Feel free to write any questions in the comments.

June 16th, 2009 - 08:00
Love it Ryan!
Its great to see the work on all the new layout features paying off. These layouts are beautiful.
Ely.
June 16th, 2009 - 09:37
Hey Ryan,
These are cool!
On animation and scrolling:
Scrolling – When I created the WheelLayout, I had to override a couple of methods:
1. To abstract the scrolling in the horizontal direction – LayoutBase.updateScrollRect()
2. To implement the step/page on the scrollbar snapping to the elements – LayoutBase.getHorizontalScrollPositionDelta()
3. To be able to know how much to scroll to get a particular item in view – LayoutBase.getScrollPositionDeltaToElement()
4. To make sure that when the scrollPosition changes I rerun the layout – LayoutBase.scrollPositionChanged()
Once I had scrolling, the animation was very easy, I simply animated the scrollPosition from the current one to the scroll position for the element that’s clicked.
-Evtim
June 16th, 2009 - 09:44
Hi Evtim,
Yes, I plan to do the same with scrolling. For now I could do the same by animating the index property of my layouts.
But what about animating children when changing layouts? That would need to be handled by the Flex framework.

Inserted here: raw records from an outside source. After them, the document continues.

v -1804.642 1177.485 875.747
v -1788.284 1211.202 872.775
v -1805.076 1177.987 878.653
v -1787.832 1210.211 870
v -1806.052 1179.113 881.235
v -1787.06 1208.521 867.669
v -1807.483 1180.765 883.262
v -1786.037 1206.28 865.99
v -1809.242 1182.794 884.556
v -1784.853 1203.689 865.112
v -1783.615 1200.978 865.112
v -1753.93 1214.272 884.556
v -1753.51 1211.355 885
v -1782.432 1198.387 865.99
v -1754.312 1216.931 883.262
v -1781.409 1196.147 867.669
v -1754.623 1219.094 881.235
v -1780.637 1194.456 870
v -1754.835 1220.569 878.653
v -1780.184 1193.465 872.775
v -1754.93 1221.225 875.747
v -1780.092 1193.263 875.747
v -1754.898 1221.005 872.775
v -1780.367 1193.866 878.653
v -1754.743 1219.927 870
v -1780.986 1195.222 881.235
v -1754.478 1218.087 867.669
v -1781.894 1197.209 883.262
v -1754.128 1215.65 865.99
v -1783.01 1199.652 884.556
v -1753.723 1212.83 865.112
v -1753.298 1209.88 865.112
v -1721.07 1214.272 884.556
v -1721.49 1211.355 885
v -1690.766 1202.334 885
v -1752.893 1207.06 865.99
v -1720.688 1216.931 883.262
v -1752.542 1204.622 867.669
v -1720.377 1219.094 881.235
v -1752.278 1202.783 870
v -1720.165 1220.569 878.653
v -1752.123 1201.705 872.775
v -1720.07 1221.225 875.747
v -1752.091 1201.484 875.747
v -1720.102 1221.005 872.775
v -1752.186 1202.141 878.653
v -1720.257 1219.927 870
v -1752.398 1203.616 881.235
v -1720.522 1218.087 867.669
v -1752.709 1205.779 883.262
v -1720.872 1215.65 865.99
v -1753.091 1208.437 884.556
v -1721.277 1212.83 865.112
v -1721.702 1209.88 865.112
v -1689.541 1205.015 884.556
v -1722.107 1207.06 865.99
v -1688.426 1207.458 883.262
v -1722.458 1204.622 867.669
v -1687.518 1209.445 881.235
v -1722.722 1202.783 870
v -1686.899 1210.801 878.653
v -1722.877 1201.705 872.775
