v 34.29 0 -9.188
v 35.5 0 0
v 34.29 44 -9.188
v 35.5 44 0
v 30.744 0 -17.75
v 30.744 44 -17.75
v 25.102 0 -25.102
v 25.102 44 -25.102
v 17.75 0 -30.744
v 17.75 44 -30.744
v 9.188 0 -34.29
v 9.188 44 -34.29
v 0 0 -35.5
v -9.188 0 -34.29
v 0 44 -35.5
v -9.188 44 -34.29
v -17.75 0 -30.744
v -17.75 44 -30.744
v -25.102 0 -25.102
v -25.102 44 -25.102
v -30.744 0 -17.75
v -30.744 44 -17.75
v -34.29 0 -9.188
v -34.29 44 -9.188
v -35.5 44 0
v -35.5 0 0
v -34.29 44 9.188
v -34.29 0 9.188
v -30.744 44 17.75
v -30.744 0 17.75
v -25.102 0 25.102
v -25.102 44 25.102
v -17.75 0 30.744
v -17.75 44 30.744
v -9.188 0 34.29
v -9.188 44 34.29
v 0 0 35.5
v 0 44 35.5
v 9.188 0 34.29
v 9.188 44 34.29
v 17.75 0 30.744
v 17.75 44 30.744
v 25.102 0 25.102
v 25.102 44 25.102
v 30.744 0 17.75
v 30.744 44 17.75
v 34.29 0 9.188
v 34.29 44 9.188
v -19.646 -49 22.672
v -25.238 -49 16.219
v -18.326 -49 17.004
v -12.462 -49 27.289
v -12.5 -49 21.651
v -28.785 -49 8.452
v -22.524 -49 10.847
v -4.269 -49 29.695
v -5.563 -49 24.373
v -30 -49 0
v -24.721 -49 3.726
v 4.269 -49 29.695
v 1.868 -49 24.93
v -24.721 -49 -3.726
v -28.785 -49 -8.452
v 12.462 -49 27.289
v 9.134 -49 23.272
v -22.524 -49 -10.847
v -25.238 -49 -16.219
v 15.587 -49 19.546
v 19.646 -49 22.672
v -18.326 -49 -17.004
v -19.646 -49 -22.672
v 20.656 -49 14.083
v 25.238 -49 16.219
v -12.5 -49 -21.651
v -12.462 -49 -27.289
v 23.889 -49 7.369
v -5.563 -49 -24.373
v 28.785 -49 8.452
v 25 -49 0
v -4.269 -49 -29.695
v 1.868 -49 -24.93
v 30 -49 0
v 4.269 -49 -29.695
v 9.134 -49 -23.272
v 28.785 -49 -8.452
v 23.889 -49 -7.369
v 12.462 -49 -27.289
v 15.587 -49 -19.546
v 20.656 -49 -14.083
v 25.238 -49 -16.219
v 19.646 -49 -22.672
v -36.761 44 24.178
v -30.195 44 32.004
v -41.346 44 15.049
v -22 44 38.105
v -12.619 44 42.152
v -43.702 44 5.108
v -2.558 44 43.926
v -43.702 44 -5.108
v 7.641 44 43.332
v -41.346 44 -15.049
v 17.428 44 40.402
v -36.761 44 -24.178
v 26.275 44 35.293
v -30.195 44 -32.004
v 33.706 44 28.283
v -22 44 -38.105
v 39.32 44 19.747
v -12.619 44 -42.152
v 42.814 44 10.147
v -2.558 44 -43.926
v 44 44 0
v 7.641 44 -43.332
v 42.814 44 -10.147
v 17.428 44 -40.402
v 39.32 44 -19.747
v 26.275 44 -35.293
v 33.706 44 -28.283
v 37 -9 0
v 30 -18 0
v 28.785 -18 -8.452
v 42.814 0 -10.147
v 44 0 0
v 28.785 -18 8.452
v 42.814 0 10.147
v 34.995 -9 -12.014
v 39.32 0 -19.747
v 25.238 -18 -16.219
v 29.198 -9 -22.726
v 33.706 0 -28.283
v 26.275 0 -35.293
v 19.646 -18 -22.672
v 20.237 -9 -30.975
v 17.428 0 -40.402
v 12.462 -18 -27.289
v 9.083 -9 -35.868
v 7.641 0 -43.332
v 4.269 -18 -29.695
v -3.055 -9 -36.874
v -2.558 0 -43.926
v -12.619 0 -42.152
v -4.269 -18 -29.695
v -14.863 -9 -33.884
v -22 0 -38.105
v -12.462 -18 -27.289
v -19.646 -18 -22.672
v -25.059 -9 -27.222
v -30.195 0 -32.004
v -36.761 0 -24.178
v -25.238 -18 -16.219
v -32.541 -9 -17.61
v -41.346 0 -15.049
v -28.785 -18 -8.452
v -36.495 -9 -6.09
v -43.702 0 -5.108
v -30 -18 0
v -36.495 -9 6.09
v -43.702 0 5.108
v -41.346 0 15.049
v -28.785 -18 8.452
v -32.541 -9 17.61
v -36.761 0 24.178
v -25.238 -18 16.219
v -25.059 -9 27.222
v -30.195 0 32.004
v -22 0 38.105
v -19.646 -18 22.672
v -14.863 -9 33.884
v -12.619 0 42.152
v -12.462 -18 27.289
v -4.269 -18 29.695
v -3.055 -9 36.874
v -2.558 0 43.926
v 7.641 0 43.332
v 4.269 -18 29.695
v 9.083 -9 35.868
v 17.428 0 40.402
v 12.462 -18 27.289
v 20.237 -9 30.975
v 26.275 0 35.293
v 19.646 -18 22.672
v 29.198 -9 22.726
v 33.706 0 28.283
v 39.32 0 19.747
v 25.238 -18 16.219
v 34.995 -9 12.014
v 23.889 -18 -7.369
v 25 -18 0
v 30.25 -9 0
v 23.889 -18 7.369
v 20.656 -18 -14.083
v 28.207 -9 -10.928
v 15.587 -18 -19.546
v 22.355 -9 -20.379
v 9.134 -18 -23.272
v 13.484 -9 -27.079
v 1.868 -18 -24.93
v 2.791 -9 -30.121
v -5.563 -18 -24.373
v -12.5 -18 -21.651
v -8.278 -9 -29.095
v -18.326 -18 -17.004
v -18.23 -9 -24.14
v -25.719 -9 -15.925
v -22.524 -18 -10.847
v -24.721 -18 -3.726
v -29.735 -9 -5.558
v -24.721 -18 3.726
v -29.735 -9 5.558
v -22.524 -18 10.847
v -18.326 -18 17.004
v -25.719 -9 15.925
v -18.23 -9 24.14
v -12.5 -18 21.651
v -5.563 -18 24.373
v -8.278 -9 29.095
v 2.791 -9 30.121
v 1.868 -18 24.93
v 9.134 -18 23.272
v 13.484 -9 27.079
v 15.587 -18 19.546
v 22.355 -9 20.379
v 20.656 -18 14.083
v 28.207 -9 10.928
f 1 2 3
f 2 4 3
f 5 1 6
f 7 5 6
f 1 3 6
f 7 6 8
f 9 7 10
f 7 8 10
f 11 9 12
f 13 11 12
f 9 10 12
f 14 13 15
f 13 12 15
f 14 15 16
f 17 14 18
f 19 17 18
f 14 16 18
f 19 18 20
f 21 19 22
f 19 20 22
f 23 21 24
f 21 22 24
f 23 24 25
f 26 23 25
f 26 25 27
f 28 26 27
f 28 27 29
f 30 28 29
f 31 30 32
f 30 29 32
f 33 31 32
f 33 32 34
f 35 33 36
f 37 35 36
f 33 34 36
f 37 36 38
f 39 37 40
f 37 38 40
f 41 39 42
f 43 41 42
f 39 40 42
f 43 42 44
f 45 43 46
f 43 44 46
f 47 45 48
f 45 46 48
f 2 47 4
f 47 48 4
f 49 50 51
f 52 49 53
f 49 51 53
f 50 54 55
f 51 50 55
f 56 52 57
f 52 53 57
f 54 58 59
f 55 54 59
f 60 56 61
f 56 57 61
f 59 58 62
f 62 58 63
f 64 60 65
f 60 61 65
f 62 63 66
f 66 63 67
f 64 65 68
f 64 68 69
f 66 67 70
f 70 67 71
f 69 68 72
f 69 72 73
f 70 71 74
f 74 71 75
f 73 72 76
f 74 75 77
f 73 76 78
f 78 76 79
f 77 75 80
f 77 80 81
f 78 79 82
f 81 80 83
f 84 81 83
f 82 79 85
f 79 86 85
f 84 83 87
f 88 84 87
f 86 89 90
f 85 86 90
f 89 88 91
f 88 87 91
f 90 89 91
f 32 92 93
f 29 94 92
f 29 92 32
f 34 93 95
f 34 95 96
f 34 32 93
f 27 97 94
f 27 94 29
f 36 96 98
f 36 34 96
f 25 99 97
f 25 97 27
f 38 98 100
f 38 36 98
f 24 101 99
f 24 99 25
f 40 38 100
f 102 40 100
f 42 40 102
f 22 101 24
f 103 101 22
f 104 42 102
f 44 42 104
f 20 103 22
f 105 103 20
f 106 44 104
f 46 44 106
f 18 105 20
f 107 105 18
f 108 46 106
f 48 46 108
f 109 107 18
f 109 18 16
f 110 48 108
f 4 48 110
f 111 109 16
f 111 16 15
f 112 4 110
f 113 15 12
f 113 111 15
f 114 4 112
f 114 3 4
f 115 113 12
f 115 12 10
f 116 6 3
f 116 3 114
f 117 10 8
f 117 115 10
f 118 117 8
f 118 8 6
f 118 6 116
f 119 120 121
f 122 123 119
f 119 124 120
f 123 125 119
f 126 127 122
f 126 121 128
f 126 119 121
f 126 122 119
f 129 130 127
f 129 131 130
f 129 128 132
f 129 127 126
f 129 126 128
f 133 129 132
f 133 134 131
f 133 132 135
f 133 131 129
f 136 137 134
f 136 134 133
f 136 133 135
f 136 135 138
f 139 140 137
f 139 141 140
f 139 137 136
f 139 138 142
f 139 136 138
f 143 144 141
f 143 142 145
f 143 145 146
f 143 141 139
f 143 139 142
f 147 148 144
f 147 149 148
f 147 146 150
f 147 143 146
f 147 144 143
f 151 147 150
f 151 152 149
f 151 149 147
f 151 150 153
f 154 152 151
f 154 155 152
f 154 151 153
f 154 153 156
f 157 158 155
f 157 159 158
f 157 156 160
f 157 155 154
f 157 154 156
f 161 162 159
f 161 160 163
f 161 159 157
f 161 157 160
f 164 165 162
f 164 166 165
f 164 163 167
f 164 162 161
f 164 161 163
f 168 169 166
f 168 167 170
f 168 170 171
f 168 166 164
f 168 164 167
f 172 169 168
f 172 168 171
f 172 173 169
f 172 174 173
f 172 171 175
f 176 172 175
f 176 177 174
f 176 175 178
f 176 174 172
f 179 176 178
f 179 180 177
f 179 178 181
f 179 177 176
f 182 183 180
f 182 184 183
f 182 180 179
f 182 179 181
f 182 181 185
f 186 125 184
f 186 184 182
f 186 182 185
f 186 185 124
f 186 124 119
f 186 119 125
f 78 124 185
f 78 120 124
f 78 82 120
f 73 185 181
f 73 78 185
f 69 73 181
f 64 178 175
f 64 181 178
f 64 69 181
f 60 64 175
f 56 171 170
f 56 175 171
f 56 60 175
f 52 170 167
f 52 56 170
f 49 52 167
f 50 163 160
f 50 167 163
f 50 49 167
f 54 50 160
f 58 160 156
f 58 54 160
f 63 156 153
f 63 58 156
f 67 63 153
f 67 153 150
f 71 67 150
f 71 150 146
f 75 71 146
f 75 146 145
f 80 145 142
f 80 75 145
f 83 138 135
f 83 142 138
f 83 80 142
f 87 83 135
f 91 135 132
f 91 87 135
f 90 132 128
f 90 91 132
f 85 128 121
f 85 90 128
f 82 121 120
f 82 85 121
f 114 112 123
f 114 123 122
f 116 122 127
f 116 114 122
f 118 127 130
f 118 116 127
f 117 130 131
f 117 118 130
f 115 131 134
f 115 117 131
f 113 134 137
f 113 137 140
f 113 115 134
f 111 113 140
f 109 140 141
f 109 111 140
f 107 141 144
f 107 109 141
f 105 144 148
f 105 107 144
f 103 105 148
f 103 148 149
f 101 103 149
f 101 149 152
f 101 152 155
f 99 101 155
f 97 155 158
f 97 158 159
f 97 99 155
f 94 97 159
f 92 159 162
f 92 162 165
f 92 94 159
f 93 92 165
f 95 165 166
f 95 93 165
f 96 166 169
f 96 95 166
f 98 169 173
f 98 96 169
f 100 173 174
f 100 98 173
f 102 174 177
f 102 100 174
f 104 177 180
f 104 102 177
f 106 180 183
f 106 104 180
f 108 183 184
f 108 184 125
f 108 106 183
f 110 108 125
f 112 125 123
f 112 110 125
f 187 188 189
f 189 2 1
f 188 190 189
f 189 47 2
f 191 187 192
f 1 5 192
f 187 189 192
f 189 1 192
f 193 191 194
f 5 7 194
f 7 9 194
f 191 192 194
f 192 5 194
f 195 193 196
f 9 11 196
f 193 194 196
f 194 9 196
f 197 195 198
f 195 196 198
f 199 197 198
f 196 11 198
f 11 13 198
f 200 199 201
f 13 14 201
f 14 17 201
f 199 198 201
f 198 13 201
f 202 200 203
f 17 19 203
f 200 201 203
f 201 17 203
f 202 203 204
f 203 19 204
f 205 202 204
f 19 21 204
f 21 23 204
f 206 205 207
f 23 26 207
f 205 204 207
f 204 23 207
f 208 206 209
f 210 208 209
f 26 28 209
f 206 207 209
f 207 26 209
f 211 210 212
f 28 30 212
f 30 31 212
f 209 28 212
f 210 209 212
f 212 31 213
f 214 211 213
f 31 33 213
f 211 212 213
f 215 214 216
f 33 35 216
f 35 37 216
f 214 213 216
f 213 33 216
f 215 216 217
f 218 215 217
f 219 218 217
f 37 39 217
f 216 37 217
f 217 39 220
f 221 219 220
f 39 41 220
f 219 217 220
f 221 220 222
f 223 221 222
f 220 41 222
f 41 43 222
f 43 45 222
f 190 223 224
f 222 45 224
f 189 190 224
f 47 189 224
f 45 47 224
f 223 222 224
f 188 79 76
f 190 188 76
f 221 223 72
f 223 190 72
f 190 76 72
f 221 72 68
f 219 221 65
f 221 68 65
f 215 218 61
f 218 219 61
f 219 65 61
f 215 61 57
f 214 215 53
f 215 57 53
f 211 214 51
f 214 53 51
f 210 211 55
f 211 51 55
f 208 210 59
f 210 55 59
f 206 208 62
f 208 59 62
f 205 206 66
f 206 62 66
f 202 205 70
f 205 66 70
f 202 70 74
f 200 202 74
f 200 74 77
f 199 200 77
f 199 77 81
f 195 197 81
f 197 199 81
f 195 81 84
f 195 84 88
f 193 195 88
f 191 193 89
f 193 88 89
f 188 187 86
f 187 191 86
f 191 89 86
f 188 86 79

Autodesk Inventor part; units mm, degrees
ref_plane "YZ Plane" through (0, 0, 0) normal (1, 0, 0) x (0, 1, 0)
ref_plane "XZ Plane" through (0, 0, 0) normal (0, 1, 0) x (-1, 0, 0)
ref_plane "XY Plane" through (0, 0, 0) normal (0, 0, 1) x (1, 0, 0)
sketch "Sketch1" plane through (0, 0, 0) normal (0, 0, 1) x (1, 0, 0)
  line L0 (0, 0) -> (35.5, 0)
  line L1 (35.5, 0) -> (35.5, 44)
  line L2 (35.5, 44) -> (0, 44)
  line L3 (0, 44) -> (0, 0)
  line L4 (0, 0) -> (0, -18)
  line L5 (0, -18) -> (25, -18)
  line L6 (25, -18) -> (25, -49)
  line L7 (25, -49) -> (0, -49)
  line L8 (0, -49) -> (0, -18)
  line L9 (35.5, 0) -> (25, -18)
  line L10 (0, 0) -> (44, 0)
  line L11 (44, 0) -> (44, 44)
  line L12 (44, 44) -> (0, 44)
  line L13 (0, 44) -> (0, 0)
  line L14 (0, -18) -> (30, -18)
  line L15 (30, -18) -> (30, -49)
  line L16 (30, -49) -> (0, -49)
  line L17 (0, -49) -> (0, -18)
  line L18 (30, -18) -> (44, 0)
  dimension "d13" = 35.5
  dimension "d14" = 44
  dimension "d15" = 18
  dimension "d16" = 25
  dimension "d17" = 31
  dimension "d18" = 44
  dimension "d19" = 30
revolve "Revolution1" add sketch "Sketch1" angle 360 about axis through (0, -49, 0) along (0, 1, 0) contours L10 L18 L14 L9 | L1 L12 L11 L10 | L14 L15 L16 L6
properties part number "PVC_connector" material "PVC-Piping"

See my old OpenFlux example to see what I mean:
http://www.bobjim.com/2008/04/04/updated-plexiglass-openflux-3d-example/
Ideally setLayoutBoundsPosition/Size/Matrix methods would handle animation for you.
Ryan
June 17th, 2009 - 11:02
Hi Ryan, yup I see what you mean. The Flex framework doesn’t provide support for automatic animation of the children upon layout/container changes.
For animations within the same layout we recommend animating layout properties to drive the elements on screen.
Layout switching animations are not supported out of the box.
For layout switching with simple cases where you have the same elements showing in both states you can write a small action-script code to animate the elements’ transforms between the two states (run layout in src state, capture src values, run layout in dst state, capture dst values, animate between the two).
For cases involving lists, item renderers and virtualized layouts, things get quite complicated as the item renderer recycling and creation has the possibility to have the item renderer not exist in one of the states or correspond to a different item in the second state.
June 20th, 2009 - 19:02
There’s no way you’re going to use Flex 4 over OpenFlux! OpenFlux is WAY better. Full 3D support, full animation support, way easier to customize.